Composite Key System

How Uniqueness Works

Every MTO record is uniquely identified by 4 fields:

(projectId, sourceFileName, discipline, itemNo)

Field Sources: - projectId - From API form parameter (required) - sourceFileName - From Excel column "Source File Name" (required) - discipline - Auto-detected from sheet name (required) - itemNo - From Excel column "Item No" (required)

Example:

Project: "proj-123"
Source: "equipment_list_v1.xlsx"
Discipline: "electrical_equipment"
Item No: "1"

Key Behavior: - Same itemNo can exist in different source files - Same itemNo can exist in different disciplines - MERGE only updates when ALL 4 fields match


Import Strategies

Behavior: 1. Extract composite key: (projectId, sourceFileName, discipline, itemNo) 2. Query: WHERE projectId=X AND sourceFileName=Y AND discipline=Z AND itemNo=W 3. If all 4 match → UPDATE (partial, preserves unmentioned fields) 4. If not found → CREATE new record

Use Cases: - ✅ Incremental updates - ✅ Fixing errors in existing data - ✅ Export → Edit → Import workflow - ✅ Adding new items

Example:

Database:

{
  "projectId": "proj-123",
  "sourceFileName": "equip_v1.xlsx",
  "discipline": "electrical_equipment",
  "itemNo": "1",
  "description": "Motor 100HP",
  "quantity": 10,
  "manufacturer": "Siemens"
}

Import File:

| Source File Name  | Item No | Quantity |
|-------------------|---------|----------|
| equip_v1.xlsx     | 1       | 15       |

Result: Quantity updated to 15, all other fields preserved.

REPLACE (Destructive)

Behavior: 1. For each discipline in file: - DELETE all existing items for that discipline - CREATE all items from import file

Use Cases: - Complete data refresh - Starting from scratch - Removing orphaned data

⚠️ Warning: Irreversible deletion. Not for incremental updates.


Export API

GET /api/v1/mto/export

Export MTO data to Excel with one sheet per discipline (multi-sheet format).

Request:

curl "http://localhost:8000/api/v1/mto/export?projectId=proj-123" \
  -o mto_export.xlsx

Parameters: - projectId - Project identifier (required) - serviceId - Filter by service (optional) - discipline - Filter by discipline (optional) - format - multi-sheet (default) or single-sheet (optional)

Export Formats:

Multi-Sheet (Default): - One sheet per discipline - All disciplines in a single file - Best for complete project export

Single-Sheet (Requires discipline filter):

curl "http://localhost:8000/api/v1/mto/export?projectId=proj-123&discipline=piping&format=single-sheet" \
  -o piping_only.xlsx

Column Headers: - Uses space-separated format: "Source File Name", "Item No", "Description" - NOT camelCase: sourceFileName, itemNo, description

Excluded Fields: - id - Internal Cosmos DB ID - mtoId - Internal UUID - projectId - Already known from query - createdAt, updatedAt - Timestamps - createdBy, updatedBy - Audit trails

Included Fields: - sourceFileName - REQUIRED for MERGE - itemNo - REQUIRED for MERGE - All data fields (description, quantity, prices, etc.)
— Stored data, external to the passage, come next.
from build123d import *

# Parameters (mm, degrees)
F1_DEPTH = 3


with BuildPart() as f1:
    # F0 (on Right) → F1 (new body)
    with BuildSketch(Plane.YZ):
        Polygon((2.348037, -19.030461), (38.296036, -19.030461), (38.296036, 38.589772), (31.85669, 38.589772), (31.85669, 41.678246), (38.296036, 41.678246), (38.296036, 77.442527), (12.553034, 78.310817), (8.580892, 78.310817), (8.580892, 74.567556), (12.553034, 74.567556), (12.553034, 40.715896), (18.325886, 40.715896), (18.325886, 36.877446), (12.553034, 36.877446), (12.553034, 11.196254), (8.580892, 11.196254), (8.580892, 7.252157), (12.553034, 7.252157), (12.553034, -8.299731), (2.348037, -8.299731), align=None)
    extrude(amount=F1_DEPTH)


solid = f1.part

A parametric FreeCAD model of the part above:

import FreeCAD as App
import Part
import Sketcher


def add_polygon(sketch, points):
    """Adds a closed chain of lines whose ends are joined by coincident constraints."""
    first, n = sketch.GeometryCount, len(points)
    for a, b in zip(points, points[1:] + points[:1]):
        sketch.addGeometry(Part.LineSegment(App.Vector(*a, 0), App.Vector(*b, 0)), False)
    for i in range(n):
        sketch.addConstraint(Sketcher.Constraint("Coincident", first + i, 2, first + (i + 1) % n, 1))

doc = App.newDocument("Part")
body = doc.addObject("PartDesign::Body", "Body")

# Sketch on YZ plane
sketch1 = body.newObject("Sketcher::SketchObject", "Sketch")
sketch1.AttachmentSupport = (doc.getObject("YZ_Plane"), [""])
sketch1.MapMode = "FlatFace"
add_polygon(sketch1, [(2.3, -19), (38.3, -19), (38.3, 38.6), (31.9, 38.6), (31.9, 41.7), (38.3, 41.7), (38.3, 77.4), (12.6, 78.3), (8.6, 78.3), (8.6, 74.6), (12.6, 74.6), (12.6, 40.7), (18.3, 40.7), (18.3, 36.9), (12.6, 36.9), (12.6, 11.2), (8.6, 11.2), (8.6, 7.3), (12.6, 7.3), (12.6, -8.3), (2.3, -8.3)])  # lines 0-20
sketch1.addConstraint(Sketcher.Constraint("Horizontal", 0))
sketch1.addConstraint(Sketcher.Constraint("Vertical", 1))
sketch1.addConstraint(Sketcher.Constraint("Horizontal", 2))
sketch1.addConstraint(Sketcher.Constraint("Vertical", 3))
sketch1.addConstraint(Sketcher.Constraint("Horizontal", 4))
sketch1.addConstraint(Sketcher.Constraint("Vertical", 5))
sketch1.addConstraint(Sketcher.Constraint("Horizontal", 7))
sketch1.addConstraint(Sketcher.Constraint("Vertical", 8))
sketch1.addConstraint(Sketcher.Constraint("Horizontal", 9))
sketch1.addConstraint(Sketcher.Constraint("Vertical", 10))
sketch1.addConstraint(Sketcher.Constraint("Horizontal", 11))
sketch1.addConstraint(Sketcher.Constraint("Vertical", 12))
sketch1.addConstraint(Sketcher.Constraint("Horizontal", 13))
sketch1.addConstraint(Sketcher.Constraint("Vertical", 14))
sketch1.addConstraint(Sketcher.Constraint("Horizontal", 15))
sketch1.addConstraint(Sketcher.Constraint("Vertical", 16))
sketch1.addConstraint(Sketcher.Constraint("Horizontal", 17))
sketch1.addConstraint(Sketcher.Constraint("Vertical", 18))
sketch1.addConstraint(Sketcher.Constraint("Horizontal", 19))
sketch1.addConstraint(Sketcher.Constraint("Vertical", 20))
sketch1.addConstraint(Sketcher.Constraint("Vertical", 1, 2, 4, 2))
sketch1.addConstraint(Sketcher.Constraint("Vertical", 6, 2, 9, 2))
sketch1.addConstraint(Sketcher.Constraint("Vertical", 10, 2, 13, 2))
sketch1.addConstraint(Sketcher.Constraint("Vertical", 8, 2, 15, 2))
sketch1.addConstraint(Sketcher.Constraint("Vertical", 14, 2, 17, 2))
sketch1.addConstraint(Sketcher.Constraint("DistanceX", 0, 1, 0, 2, 35.947999))
sketch1.addConstraint(Sketcher.Constraint("DistanceX", 7, 2, 7, 1, 3.972142))
sketch1.addConstraint(Sketcher.Constraint("DistanceY", 5, 1, 5, 2, 35.764281))
sketch1.addConstraint(Sketcher.Constraint("DistanceY", 8, 2, 8, 1, 3.743261))
sketch1.addConstraint(Sketcher.Constraint("DistanceY", 10, 2, 10, 1, 33.85166))
sketch1.addConstraint(Sketcher.Constraint("DistanceY", 12, 2, 12, 1, 3.83845))
sketch1.addConstraint(Sketcher.Constraint("DistanceY", 14, 2, 14, 1, 25.681192))
sketch1.addConstraint(Sketcher.Constraint("DistanceY", 20, 2, 20, 1, 10.73073))
sketch1.addConstraint(Sketcher.Constraint("DistanceX", 7, 2, 3, 2, 23.275798))
sketch1.addConstraint(Sketcher.Constraint("DistanceY", 12, 2, 3, 2, 4.8008))
sketch1.addConstraint(Sketcher.Constraint("Distance", 6, 25.757641))
sketch1.addConstraint(Sketcher.Constraint("DistanceX", 11, 1, 11, 2, 5.772852))
sketch1.addConstraint(Sketcher.Constraint("DistanceY", 1, 1, 1, 2, 57.620233))
sketch1.addConstraint(Sketcher.Constraint("DistanceY", 3, 1, 3, 2, 3.088474))
sketch1.addConstraint(Sketcher.Constraint("DistanceY", 16, 2, 16, 1, 3.944097))
sketch1.addConstraint(Sketcher.Constraint("DistanceY", 0, 2, -1, 1, 19.030461))
sketch1.addConstraint(Sketcher.Constraint("DistanceX", -1, 1, 2, 2, 31.85669))
pad1 = body.newObject("PartDesign::Pad", "Pad")
pad1.Profile = sketch1
pad1.Length = 3

doc.recompute()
Round-Trip: Export → Edit → Import with MERGE preserves data perfectly.


Template System

Download Templates

Unified Template (All 9 Disciplines):

curl "http://localhost:8000/api/v1/mto/template" -o mto_template.xlsx

Single Discipline:

curl "http://localhost:8000/api/v1/mto/template/electrical_equipment" \
  -o electrical_template.xlsx

Available Templates: - electrical_equipment - mechanical_equipment - bulk_electrical - instrumentation - piping - civil - concrete - structural - architectural

Required Columns

CRITICAL: Use space-separated format (NOT camelCase):

CORRECT:

Source File Name | Item No | Description | Quantity

WRONG:

sourceFileName | itemNo | description | quantity

Minimum Required for MERGE: - Source File Name (composite key) - Item No (composite key)


Validation Rules

Required Fields

RULE 1: itemNo is REQUIRED - Must not be empty - Numeric values converted to strings automatically - Error: 'itemNo' is required (unique identifier within project)
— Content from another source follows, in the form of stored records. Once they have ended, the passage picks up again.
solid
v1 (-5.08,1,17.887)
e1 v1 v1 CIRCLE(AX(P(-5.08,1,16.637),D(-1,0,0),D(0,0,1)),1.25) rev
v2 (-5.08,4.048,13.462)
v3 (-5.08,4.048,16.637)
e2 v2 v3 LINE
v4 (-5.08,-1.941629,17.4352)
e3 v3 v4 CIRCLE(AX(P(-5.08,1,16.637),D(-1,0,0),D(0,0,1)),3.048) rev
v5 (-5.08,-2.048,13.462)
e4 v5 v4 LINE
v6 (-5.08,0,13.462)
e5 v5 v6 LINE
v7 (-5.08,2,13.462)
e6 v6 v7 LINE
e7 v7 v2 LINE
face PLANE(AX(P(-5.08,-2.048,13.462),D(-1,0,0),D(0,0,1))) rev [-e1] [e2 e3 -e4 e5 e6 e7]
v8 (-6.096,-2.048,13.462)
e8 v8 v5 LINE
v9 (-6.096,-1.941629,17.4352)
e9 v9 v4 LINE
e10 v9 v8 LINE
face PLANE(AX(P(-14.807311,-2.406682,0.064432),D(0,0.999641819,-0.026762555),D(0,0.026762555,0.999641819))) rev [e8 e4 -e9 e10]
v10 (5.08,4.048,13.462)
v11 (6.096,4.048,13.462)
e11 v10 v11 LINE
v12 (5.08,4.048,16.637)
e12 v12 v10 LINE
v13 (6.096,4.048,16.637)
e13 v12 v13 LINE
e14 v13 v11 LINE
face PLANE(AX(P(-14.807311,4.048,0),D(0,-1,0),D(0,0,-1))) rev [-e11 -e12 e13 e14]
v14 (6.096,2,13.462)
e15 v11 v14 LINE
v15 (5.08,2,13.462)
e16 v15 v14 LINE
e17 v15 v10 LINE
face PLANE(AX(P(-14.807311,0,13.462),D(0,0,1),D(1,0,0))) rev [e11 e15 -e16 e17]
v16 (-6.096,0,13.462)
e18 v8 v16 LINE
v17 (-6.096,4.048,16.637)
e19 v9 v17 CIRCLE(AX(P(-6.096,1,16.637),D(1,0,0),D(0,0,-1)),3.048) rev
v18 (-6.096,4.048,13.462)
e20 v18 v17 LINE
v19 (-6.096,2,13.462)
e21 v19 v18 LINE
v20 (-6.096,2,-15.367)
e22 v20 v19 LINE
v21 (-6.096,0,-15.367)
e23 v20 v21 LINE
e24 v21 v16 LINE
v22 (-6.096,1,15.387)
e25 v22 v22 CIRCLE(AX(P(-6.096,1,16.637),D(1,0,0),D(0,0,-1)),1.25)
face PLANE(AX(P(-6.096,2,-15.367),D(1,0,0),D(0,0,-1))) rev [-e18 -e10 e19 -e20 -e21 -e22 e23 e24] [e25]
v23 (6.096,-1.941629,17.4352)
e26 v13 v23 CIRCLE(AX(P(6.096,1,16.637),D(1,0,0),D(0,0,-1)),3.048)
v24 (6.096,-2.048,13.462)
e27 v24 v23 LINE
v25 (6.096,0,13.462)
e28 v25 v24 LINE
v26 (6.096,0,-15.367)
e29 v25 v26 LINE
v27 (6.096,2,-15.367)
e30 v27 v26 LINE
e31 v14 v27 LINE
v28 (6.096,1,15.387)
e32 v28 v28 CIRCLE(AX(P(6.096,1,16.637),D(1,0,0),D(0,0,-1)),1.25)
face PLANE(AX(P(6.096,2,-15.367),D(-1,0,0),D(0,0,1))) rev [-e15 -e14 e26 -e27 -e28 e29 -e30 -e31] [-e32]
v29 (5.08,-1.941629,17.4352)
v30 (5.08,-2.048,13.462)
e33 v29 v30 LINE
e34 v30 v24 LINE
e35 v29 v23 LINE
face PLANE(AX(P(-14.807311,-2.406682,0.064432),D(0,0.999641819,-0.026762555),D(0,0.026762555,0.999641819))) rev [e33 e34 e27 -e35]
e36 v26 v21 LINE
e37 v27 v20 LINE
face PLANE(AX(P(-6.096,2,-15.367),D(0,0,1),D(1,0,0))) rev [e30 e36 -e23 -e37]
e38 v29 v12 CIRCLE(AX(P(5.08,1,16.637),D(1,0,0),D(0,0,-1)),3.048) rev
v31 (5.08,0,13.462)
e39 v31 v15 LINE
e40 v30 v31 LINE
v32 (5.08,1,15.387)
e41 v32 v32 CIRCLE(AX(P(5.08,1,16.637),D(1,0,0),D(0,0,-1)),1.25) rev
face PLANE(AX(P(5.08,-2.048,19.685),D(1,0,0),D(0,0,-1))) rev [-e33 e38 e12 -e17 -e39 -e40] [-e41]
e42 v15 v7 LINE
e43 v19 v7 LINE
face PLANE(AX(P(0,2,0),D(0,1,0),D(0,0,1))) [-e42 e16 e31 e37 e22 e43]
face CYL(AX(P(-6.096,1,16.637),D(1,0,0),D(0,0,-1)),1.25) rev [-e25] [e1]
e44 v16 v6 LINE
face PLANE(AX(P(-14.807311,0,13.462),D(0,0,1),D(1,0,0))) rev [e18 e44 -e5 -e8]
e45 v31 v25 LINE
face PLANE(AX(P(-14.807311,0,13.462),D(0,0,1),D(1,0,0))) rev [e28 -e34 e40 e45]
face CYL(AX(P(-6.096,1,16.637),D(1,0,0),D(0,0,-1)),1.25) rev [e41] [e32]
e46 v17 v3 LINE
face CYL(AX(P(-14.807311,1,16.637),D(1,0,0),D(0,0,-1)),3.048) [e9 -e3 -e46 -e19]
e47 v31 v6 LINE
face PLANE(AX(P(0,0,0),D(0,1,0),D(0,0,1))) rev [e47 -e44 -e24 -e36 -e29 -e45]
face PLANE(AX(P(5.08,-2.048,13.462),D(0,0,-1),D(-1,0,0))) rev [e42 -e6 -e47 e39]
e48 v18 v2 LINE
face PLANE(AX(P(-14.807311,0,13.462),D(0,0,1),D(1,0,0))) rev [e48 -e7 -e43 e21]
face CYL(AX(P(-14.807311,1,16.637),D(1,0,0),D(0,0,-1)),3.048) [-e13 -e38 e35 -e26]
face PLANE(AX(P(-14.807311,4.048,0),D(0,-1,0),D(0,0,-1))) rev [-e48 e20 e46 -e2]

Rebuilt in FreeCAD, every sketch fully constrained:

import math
import FreeCAD as App
import Part
import Sketcher

V = App.Vector
Q = App.Units.Quantity


def add_polygon(sketch, points):
    """Adds a closed chain of lines whose ends are joined by coincident constraints."""
    first, n = sketch.GeometryCount, len(points)
    for a, b in zip(points, points[1:] + points[:1]):
        sketch.addGeometry(Part.LineSegment(App.Vector(*a, 0), App.Vector(*b, 0)), False)
    for i in range(n):
        sketch.addConstraint(Sketcher.Constraint("Coincident", first + i, 2, first + (i + 1) % n, 1))

doc = App.newDocument("Part")
params = doc.addObject("Spreadsheet::Sheet", "Params")
for row, (alias, value) in enumerate([
    ("sketch1_width", "0.48 in"),
    ("sketch1_height", "1.21 in"),
    ("pad1_length", "2 mm"),
    ("sketch2_radius", "0.12 in"),
    ("sketch2_width", "0.24 in"),
    ("sketch2_height", "0.125 in"),
    ("pad2_length", "0.48 in"),
    ("sketch4_width", "0.4 in"),
    ("sketch4_height", "0.245 in"),
], start=1):
    params.set(f"A{row}", alias)
    params.set(f"B{row}", "=" + value)
    params.setAlias(f"B{row}", alias)

body = doc.addObject("PartDesign::Body", "Body")

sketch1 = body.newObject("Sketcher::SketchObject", "Sketch")
sketch1.AttachmentSupport = (doc.getObject("XZ_Plane"), [""])
sketch1.MapMode = "FlatFace"
add_polygon(sketch1, [(-6, -15), (-6, 15), (6, 15), (6, -15)])
sketch1.addConstraint([
    Sketcher.Constraint("Vertical", 0),
    Sketcher.Constraint("Horizontal", 1),
    Sketcher.Constraint("Vertical", 2),
    Sketcher.Constraint("Horizontal", 3),
    Sketcher.Constraint("Symmetric", 0, 2, 2, 2, -1, 1),
    Sketcher.Constraint("DistanceX", 1, 1, 1, 2, Q("0.48 in")),
    Sketcher.Constraint("DistanceY", 0, 1, 0, 2, Q("1.21 in")),
])
sketch1.setExpression("Constraints[9]", "Params.sketch1_width")
sketch1.setExpression("Constraints[10]", "Params.sketch1_height")
pad1 = body.newObject("PartDesign::Pad", "Pad")
pad1.Profile = sketch1
pad1.setExpression("Length", "Params.pad1_length")
pad1.Reversed = True

sketch2 = body.newObject("Sketcher::SketchObject", "Sketch001")
sketch2.AttachmentSupport = (doc.getObject("YZ_Plane"), [""])
sketch2.MapMode = "FlatFace"
sketch2.AttachmentOffset = App.Placement(V(0, 0, 0.24 * 25.4), App.Rotation())
sketch2.addGeometry([
    Part.LineSegment(V(-2, 16, 0), V(-2, 13.5, 0)),
    Part.LineSegment(V(-2, 13.5, 0), V(4, 13.5, 0)),
    Part.LineSegment(V(4, 13.5, 0), V(4, 16.6, 0)),
    Part.ArcOfCircle(Part.Circle(V(1, 16.6, 0), V(0, 0, 1), 3), math.radians(0), math.radians(165)),
    Part.LineSegment(V(-1.9, 17.4, 0), V(-2, 16, 0)),
    Part.ArcOfCircle(Part.Circle(V(1, 16.6, 0), V(0, 0, 1), 3), math.radians(-90), math.radians(-70.85)),
    Part.ArcOfCircle(Part.Circle(V(1, 16.6, 0), V(0, 0, 1), 3), math.radians(-109.15), math.radians(-90)),
    Part.LineSegment(V(0, 13.8, 0), V(0, 15.4, 0)),
    Part.LineSegment(V(0, 15.4, 0), V(2, 15.4, 0)),
    Part.LineSegment(V(2, 15.4, 0), V(2, 13.8, 0)),
], False)
sketch2.addConstraint([
    Sketcher.Constraint("Coincident", 0, 2, 1, 1),
    Sketcher.Constraint("Coincident", 1, 2, 2, 1),
    Sketcher.Constraint("Tangent", 2, 2, 3, 1),
    Sketcher.Constraint("Coincident", 3, 2, 4, 1),
    Sketcher.Constraint("Coincident", 4, 2, 0, 1),
    Sketcher.Constraint("Tangent", 5, 1, 6, 2),
    Sketcher.Constraint("Coincident", 6, 1, 7, 1),
    Sketcher.Constraint("Coincident", 7, 2, 8, 1),
    Sketcher.Constraint("Coincident", 8, 2, 9, 1),
    Sketcher.Constraint("Coincident", 9, 2, 5, 2),
    Sketcher.Constraint("Horizontal", 1),
    Sketcher.Constraint("Vertical", 2),
    Sketcher.Constraint("Vertical", 7),
    Sketcher.Constraint("Horizontal", 8),
    Sketcher.Constraint("Vertical", 9),
    Sketcher.Constraint("Coincident", 5, 3, 3, 3),
    Sketcher.Constraint("Equal", 3, 5),
    Sketcher.Constraint("Equal", 5, 6),
    Sketcher.Constraint("PointOnObject", 6, 1, -2),
    Sketcher.Constraint("Parallel", 0, 4),
    Sketcher.Constraint("Horizontal", 6, 1, 9, 2),
    Sketcher.Constraint("Vertical", 6, 3, 5, 1),
    Sketcher.Constraint("Radius", 3, Q("0.12 in")),
    Sketcher.Constraint("DistanceX", 1, 1, 1, 2, Q("0.24 in")),
    Sketcher.Constraint("DistanceY", 2, 1, 2, 2, Q("0.125 in")),
    Sketcher.Constraint("DistanceY", -1, 1, 0, 2, Q("0.53 in")),
    Sketcher.Constraint("DistanceY", 7, 2, 6, 3, Q("0.05 in")),
    Sketcher.Constraint("DistanceX", 8, 1, 8, 2, 2.0),
    Sketcher.Constraint("DistanceY", -1, 1, 3, 2, 17.4352),
    Sketcher.Constraint("Distance", 0, 2.536246),
])
sketch2.setExpression("Constraints[22]", "Params.sketch2_radius")
sketch2.setExpression("Constraints[23]", "Params.sketch2_width")
sketch2.setExpression("Constraints[24]", "Params.sketch2_height")
pad2 = body.newObject("PartDesign::Pad", "Pad001")
pad2.Profile = sketch2
pad2.setExpression("Length", "Params.pad2_length")
pad2.Reversed = True

sketch3 = body.newObject("Sketcher::SketchObject", "Sketch002")
sketch3.AttachmentSupport = (doc.getObject("YZ_Plane"), [""])
sketch3.MapMode = "FlatFace"
sketch3.AttachmentOffset = App.Placement(V(0, 0, 0.24 * 25.4), App.Rotation())
sketch3.addGeometry(Part.Circle(V(1, 16.6, 0), V(0, 0, 1), 1.2), False)
sketch3.addConstraint([
    Sketcher.Constraint("Diameter", 0, 2.5),
    Sketcher.Constraint("DistanceY", -1, 1, 0, 3, Q("0.655 in")),
    Sketcher.Constraint("DistanceX", -1, 1, 0, 3, 1.0),
])
pocket1 = body.newObject("PartDesign::Pocket", "Pocket")
pocket1.Profile = sketch3
pocket1.Type = "ThroughAll"

sketch4 = body.newObject("Sketcher::SketchObject", "Sketch003")
sketch4.AttachmentSupport = (doc.getObject("XZ_Plane"), [""])
sketch4.MapMode = "FlatFace"
sketch4.AttachmentOffset = App.Placement(V(0, 0, -2), App.Rotation())
add_polygon(sketch4, [(-5, 13), (-5, 20), (5, 20), (5, 13)])
sketch4.addConstraint([
    Sketcher.Constraint("Vertical", 0),
    Sketcher.Constraint("Horizontal", 1),
    Sketcher.Constraint("Vertical", 2),
    Sketcher.Constraint("Horizontal", 3),
    Sketcher.Constraint("DistanceX", 1, 1, 1, 2, Q("0.4 in")),
    Sketcher.Constraint("DistanceX", 0, 2, -1, 1, Q("0.2 in")),
    Sketcher.Constraint("DistanceY", 0, 1, 0, 2, Q("0.245 in")),
    Sketcher.Constraint("DistanceY", -1, 1, 2, 2, Q("0.53 in")),
])
sketch4.setExpression("Constraints[8]", "Params.sketch4_width")
sketch4.setExpression("Constraints[10]", "Params.sketch4_height")
pocket2 = body.newObject("PartDesign::Pocket", "Pocket001")
pocket2.Profile = sketch4
pocket2.Type = "ThroughAll"
pocket2.Midplane = True

doc.recompute()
RULE 2: sourceFileName is REQUIRED - Must not be empty - Numeric values converted to strings automatically - Error: 'sourceFileName' is required (part of composite key: projectId, sourceFileName, discipline, itemNo)
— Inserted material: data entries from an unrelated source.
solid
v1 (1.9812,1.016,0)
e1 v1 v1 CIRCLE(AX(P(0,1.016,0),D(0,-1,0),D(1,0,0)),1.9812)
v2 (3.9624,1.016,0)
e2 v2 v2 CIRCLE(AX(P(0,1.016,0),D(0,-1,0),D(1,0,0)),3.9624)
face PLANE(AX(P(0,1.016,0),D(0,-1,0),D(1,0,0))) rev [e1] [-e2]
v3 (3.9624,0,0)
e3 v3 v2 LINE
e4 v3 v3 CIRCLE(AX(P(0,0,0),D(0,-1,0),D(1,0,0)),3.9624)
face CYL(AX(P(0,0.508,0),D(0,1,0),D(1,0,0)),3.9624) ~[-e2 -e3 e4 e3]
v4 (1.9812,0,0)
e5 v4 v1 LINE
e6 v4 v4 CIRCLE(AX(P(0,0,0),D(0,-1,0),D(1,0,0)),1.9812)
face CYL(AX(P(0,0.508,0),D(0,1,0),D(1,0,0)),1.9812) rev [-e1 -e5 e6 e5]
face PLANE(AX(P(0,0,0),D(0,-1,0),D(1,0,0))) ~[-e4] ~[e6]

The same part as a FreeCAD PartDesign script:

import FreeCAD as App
import Part
import Sketcher

V = App.Vector
Q = App.Units.Quantity


def add_polygon(sketch, points):
    """Adds a closed chain of lines whose ends are joined by coincident constraints."""
    first, n = sketch.GeometryCount, len(points)
    for a, b in zip(points, points[1:] + points[:1]):
        sketch.addGeometry(Part.LineSegment(App.Vector(*a, 0), App.Vector(*b, 0)), False)
    for i in range(n):
        sketch.addConstraint(Sketcher.Constraint("Coincident", first + i, 2, first + (i + 1) % n, 1))

doc = App.newDocument("Part")
params = doc.addObject("Spreadsheet::Sheet", "Params")
for row, (alias, value) in enumerate([
    ("sketch1_height", "0.04 in"),
    ("sketch1_width", "0.078 in"),
    ("revolution_angle", "360 deg"),
], start=1):
    params.set(f"A{row}", alias)
    params.set(f"B{row}", "=" + value)
    params.setAlias(f"B{row}", alias)

body = doc.addObject("PartDesign::Body", "Body")

# Sketch on XY plane
sketch1 = body.newObject("Sketcher::SketchObject", "Sketch")
sketch1.AttachmentSupport = (doc.getObject("XY_Plane"), [""])
sketch1.MapMode = "FlatFace"
add_polygon(sketch1, [(2, 1), (2, 0), (4, 0), (4, 1)])  # lines 0-3
sketch1.addConstraint([
    Sketcher.Constraint("Vertical", 0),
    Sketcher.Constraint("Horizontal", 1),
    Sketcher.Constraint("Vertical", 2),
    Sketcher.Constraint("Horizontal", 3),
    Sketcher.Constraint("PointOnObject", 0, 2, -1),
    Sketcher.Constraint("DistanceY", 0, 2, 0, 1, Q("0.04 in")),
    Sketcher.Constraint("DistanceX", 1, 1, 1, 2, Q("0.078 in")),
    Sketcher.Constraint("DistanceX", -1, 1, 0, 2, Q("0.078 in")),
])
sketch1.setExpression("Constraints[9]", "Params.sketch1_height")
sketch1.setExpression("Constraints[10]", "Params.sketch1_width")
revolution = body.newObject("PartDesign::Revolution", "Revolution")
revolution.Profile = sketch1
revolution.ReferenceAxis = (sketch1, ["V_Axis"])
revolution.setExpression("Angle", "Params.revolution_angle")

doc.recompute()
RULE 3: Duplicate itemNo Detection - Checked within same discipline in import file - Prevents ambiguous MERGE operations - Error: Duplicate itemNo '1' (also in row 3)

Validation Flow

Excel File → FileParser → Validator → Pydantic Schema → Database
            ↓             ↓           ↓
         Normalize    Check Rules  Type Check
         Headers                    & Convert

All-or-Nothing Validation: - If ANY sheet fails validation, entire import aborts - No partial imports - Prevents inconsistent data


Data Model

Common Fields

Composite Key Fields (All Required): - projectId - Project identifier (partition key) - sourceFileName - Source file name (REQUIRED for MERGE) - discipline - Discipline enum (from sheet name) - itemNo - Item number (REQUIRED for MERGE)

Identification: - tagNo, lineNo, pfdNumber, drawingNoOrPid, etc.

Quantities & Costs: - quantity, uom, materialUnitPrice, laborUnitPrice, etc.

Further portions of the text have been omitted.